> [Work instructions]:
Every line below between the line holding "#86=ORIENTED_EDGE('',*,*,#48,.F.);" and the line holding "#93=CARTESIAN_POINT('',(102.,11.1,0.));", inclusive, should be repeated exactly, and all other lines omitted.
START Provided data
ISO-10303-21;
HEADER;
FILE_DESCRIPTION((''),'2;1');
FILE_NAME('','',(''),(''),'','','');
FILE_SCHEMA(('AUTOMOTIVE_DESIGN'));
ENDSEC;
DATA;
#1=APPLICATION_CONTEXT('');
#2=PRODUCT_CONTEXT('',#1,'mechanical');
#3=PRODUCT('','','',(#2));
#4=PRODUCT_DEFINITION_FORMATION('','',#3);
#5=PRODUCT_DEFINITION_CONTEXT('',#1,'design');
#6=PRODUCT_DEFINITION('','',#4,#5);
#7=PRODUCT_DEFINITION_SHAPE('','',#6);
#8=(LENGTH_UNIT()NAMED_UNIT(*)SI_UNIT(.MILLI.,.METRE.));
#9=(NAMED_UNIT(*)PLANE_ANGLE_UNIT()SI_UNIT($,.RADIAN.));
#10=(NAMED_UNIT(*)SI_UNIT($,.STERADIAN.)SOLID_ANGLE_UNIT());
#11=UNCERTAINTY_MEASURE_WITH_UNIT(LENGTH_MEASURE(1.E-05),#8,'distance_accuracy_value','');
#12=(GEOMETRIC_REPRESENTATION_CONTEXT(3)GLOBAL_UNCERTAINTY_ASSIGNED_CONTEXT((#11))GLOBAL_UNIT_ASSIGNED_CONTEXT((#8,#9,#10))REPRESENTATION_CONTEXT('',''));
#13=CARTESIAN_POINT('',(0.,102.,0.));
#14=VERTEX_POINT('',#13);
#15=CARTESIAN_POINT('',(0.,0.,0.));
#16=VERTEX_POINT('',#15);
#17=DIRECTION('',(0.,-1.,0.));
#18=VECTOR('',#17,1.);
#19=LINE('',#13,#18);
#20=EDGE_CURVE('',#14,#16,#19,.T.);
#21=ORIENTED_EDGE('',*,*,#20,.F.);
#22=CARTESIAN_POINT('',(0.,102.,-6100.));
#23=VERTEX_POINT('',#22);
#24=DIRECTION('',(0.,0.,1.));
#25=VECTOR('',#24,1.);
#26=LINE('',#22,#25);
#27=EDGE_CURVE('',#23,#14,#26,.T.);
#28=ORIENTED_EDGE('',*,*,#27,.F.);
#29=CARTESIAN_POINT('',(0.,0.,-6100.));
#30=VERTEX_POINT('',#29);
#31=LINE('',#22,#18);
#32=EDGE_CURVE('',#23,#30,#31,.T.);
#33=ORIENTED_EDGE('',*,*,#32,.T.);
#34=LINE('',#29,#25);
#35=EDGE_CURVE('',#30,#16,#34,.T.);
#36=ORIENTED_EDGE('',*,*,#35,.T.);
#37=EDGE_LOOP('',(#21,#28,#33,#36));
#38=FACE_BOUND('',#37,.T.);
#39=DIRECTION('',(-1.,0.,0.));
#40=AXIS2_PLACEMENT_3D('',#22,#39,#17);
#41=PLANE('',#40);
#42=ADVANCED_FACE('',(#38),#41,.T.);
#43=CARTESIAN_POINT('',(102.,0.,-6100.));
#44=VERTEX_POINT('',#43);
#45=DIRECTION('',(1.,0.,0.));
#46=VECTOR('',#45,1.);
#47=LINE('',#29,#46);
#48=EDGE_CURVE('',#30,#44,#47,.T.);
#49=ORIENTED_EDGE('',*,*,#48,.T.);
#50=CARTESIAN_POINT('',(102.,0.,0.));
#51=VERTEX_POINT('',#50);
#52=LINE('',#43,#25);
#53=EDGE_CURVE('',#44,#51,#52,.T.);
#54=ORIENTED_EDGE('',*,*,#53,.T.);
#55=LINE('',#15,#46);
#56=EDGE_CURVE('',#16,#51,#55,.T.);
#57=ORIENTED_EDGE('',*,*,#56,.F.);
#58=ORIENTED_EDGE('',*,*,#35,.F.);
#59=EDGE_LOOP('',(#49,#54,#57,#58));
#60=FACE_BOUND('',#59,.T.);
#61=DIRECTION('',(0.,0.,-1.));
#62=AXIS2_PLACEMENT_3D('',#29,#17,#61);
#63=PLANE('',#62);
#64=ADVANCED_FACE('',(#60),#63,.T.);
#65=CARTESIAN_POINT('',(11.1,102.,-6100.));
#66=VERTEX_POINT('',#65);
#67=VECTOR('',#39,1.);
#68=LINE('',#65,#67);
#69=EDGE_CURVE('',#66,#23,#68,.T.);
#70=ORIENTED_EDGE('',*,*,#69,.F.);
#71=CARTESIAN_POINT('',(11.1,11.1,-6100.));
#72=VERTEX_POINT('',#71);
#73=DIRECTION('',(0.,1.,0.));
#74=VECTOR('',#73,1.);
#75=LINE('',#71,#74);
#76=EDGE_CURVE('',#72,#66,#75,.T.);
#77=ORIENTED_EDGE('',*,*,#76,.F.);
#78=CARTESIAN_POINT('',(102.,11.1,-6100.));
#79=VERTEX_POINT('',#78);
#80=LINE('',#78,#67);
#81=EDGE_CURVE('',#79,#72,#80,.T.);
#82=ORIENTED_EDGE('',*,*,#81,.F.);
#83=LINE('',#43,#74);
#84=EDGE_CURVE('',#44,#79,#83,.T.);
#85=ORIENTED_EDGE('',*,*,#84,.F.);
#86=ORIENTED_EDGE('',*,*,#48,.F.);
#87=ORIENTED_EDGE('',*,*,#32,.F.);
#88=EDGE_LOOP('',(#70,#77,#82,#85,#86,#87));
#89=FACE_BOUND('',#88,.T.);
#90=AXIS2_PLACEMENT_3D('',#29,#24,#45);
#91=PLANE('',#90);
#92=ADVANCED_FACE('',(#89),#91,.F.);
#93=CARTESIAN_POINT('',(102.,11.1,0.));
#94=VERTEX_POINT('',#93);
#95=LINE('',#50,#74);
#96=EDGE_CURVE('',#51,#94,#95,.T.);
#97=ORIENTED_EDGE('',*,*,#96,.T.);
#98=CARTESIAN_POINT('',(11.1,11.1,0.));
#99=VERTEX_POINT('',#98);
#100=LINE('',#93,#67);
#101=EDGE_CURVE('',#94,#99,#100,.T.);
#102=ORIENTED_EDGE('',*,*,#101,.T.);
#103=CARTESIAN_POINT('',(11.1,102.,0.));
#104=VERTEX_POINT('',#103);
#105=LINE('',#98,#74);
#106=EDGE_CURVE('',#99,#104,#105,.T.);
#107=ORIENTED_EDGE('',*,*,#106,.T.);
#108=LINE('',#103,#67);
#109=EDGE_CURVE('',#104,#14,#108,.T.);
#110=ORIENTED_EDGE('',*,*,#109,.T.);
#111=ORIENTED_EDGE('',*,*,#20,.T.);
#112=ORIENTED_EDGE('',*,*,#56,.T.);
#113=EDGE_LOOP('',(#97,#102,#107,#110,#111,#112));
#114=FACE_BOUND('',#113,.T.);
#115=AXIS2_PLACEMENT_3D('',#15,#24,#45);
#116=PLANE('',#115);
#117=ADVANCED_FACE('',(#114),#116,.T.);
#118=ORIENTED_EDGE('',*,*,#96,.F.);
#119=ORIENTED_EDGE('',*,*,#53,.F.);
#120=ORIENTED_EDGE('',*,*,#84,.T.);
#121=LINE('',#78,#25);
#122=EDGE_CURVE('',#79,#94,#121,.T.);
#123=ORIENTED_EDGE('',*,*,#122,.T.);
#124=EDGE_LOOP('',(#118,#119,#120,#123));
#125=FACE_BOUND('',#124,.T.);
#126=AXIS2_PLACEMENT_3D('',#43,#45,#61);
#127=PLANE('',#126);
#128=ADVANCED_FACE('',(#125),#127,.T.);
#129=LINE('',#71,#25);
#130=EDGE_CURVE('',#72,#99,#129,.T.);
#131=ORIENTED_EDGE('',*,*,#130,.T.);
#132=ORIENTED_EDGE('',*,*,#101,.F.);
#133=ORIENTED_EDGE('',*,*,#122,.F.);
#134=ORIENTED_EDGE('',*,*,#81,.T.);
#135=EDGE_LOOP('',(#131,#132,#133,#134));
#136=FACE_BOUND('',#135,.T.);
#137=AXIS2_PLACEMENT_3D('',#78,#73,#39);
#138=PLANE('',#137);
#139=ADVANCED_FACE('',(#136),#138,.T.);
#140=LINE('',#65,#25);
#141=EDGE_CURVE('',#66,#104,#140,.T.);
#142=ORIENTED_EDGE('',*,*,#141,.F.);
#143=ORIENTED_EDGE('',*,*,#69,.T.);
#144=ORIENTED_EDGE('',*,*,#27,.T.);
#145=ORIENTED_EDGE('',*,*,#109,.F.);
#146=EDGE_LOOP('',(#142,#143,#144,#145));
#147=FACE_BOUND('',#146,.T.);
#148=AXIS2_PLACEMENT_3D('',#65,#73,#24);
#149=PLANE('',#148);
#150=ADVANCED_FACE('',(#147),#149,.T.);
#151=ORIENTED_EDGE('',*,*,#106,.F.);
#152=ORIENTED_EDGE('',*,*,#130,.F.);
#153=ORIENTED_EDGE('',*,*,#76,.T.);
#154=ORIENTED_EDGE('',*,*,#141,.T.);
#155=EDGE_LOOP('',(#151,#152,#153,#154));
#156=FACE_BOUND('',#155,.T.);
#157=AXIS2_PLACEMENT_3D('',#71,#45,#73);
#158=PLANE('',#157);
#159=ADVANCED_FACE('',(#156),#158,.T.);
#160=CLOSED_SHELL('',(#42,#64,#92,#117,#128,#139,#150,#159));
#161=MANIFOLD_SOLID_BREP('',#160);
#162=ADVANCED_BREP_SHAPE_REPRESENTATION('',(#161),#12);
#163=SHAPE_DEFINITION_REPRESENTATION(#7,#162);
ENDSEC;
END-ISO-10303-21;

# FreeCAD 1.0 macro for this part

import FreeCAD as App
import Part
import Sketcher

V = App.Vector

doc = App.newDocument("Part")
params = doc.addObject("Spreadsheet::Sheet", "Params")
for row, (alias, value) in enumerate([
    ("sketch1_width", "102 mm"),
    ("sketch1_width2", "90.9 mm"),
    ("pad1_length", "6100 mm"),
], start=1):
    params.set(f"A{row}", alias)
    params.set(f"B{row}", "=" + value)
    params.setAlias(f"B{row}", alias)

body = doc.addObject("PartDesign::Body", "Body")

sketch1 = body.newObject("Sketcher::SketchObject", "Sketch")
sketch1.AttachmentSupport = (doc.getObject("XY_Plane"), [""])
sketch1.MapMode = "FlatFace"
sketch1.addGeometry(Part.LineSegment(V(0, 102, 0), V(0, 0, 0)), False)
sketch1.addGeometry(Part.LineSegment(V(0, 0, 0), V(102, 0, 0)), False)
sketch1.addGeometry(Part.LineSegment(V(102, 0, 0), V(102, 11, 0)), False)
sketch1.addGeometry(Part.LineSegment(V(102, 11, 0), V(11, 11, 0)), False)
sketch1.addGeometry(Part.LineSegment(V(11, 11, 0), V(11, 102, 0)), False)
sketch1.addGeometry(Part.LineSegment(V(11, 102, 0), V(0, 102, 0)), False)
sketch1.addConstraint(Sketcher.Constraint("Coincident", 0, 2, 1, 1))
sketch1.addConstraint(Sketcher.Constraint("Coincident", 1, 2, 2, 1))
sketch1.addConstraint(Sketcher.Constraint("Coincident", 2, 2, 3, 1))
sketch1.addConstraint(Sketcher.Constraint("Coincident", 3, 2, 4, 1))
sketch1.addConstraint(Sketcher.Constraint("Coincident", 4, 2, 5, 1))
sketch1.addConstraint(Sketcher.Constraint("Coincident", 5, 2, 0, 1))
sketch1.addConstraint(Sketcher.Constraint("Vertical", 0))
sketch1.addConstraint(Sketcher.Constraint("Horizontal", 1))
sketch1.addConstraint(Sketcher.Constraint("Vertical", 2))
sketch1.addConstraint(Sketcher.Constraint("Horizontal", 3))
sketch1.addConstraint(Sketcher.Constraint("Vertical", 4))
sketch1.addConstraint(Sketcher.Constraint("Horizontal", 5))
sketch1.addConstraint(Sketcher.Constraint("Coincident", 0, 2, -1, 1))
sketch1.addConstraint(Sketcher.Constraint("Equal", 1, 0))
sketch1.addConstraint(Sketcher.Constraint("Equal", 5, 2))
sketch1.addConstraint(Sketcher.Constraint("DistanceX", 1, 1, 1, 2, 102.0))
sketch1.addConstraint(Sketcher.Constraint("DistanceX", 3, 2, 3, 1, 90.9))
sketch1.setExpression("Constraints[15]", "Params.sketch1_width")
sketch1.setExpression("Constraints[16]", "Params.sketch1_width2")
pad1 = body.newObject("PartDesign::Pad", "Pad")
pad1.Profile = sketch1
pad1.setExpression("Length", "Params.pad1_length")
pad1.Reversed = True

doc.recompute()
END Provided data
> [Solution]:
#86=ORIENTED_EDGE('',*,*,#48,.F.);
#87=ORIENTED_EDGE('',*,*,#32,.F.);
#88=EDGE_LOOP('',(#70,#77,#82,#85,#86,#87));
#89=FACE_BOUND('',#88,.T.);
#90=AXIS2_PLACEMENT_3D('',#29,#24,#45);
#91=PLANE('',#90);
#92=ADVANCED_FACE('',(#89),#91,.F.);
#93=CARTESIAN_POINT('',(102.,11.1,0.));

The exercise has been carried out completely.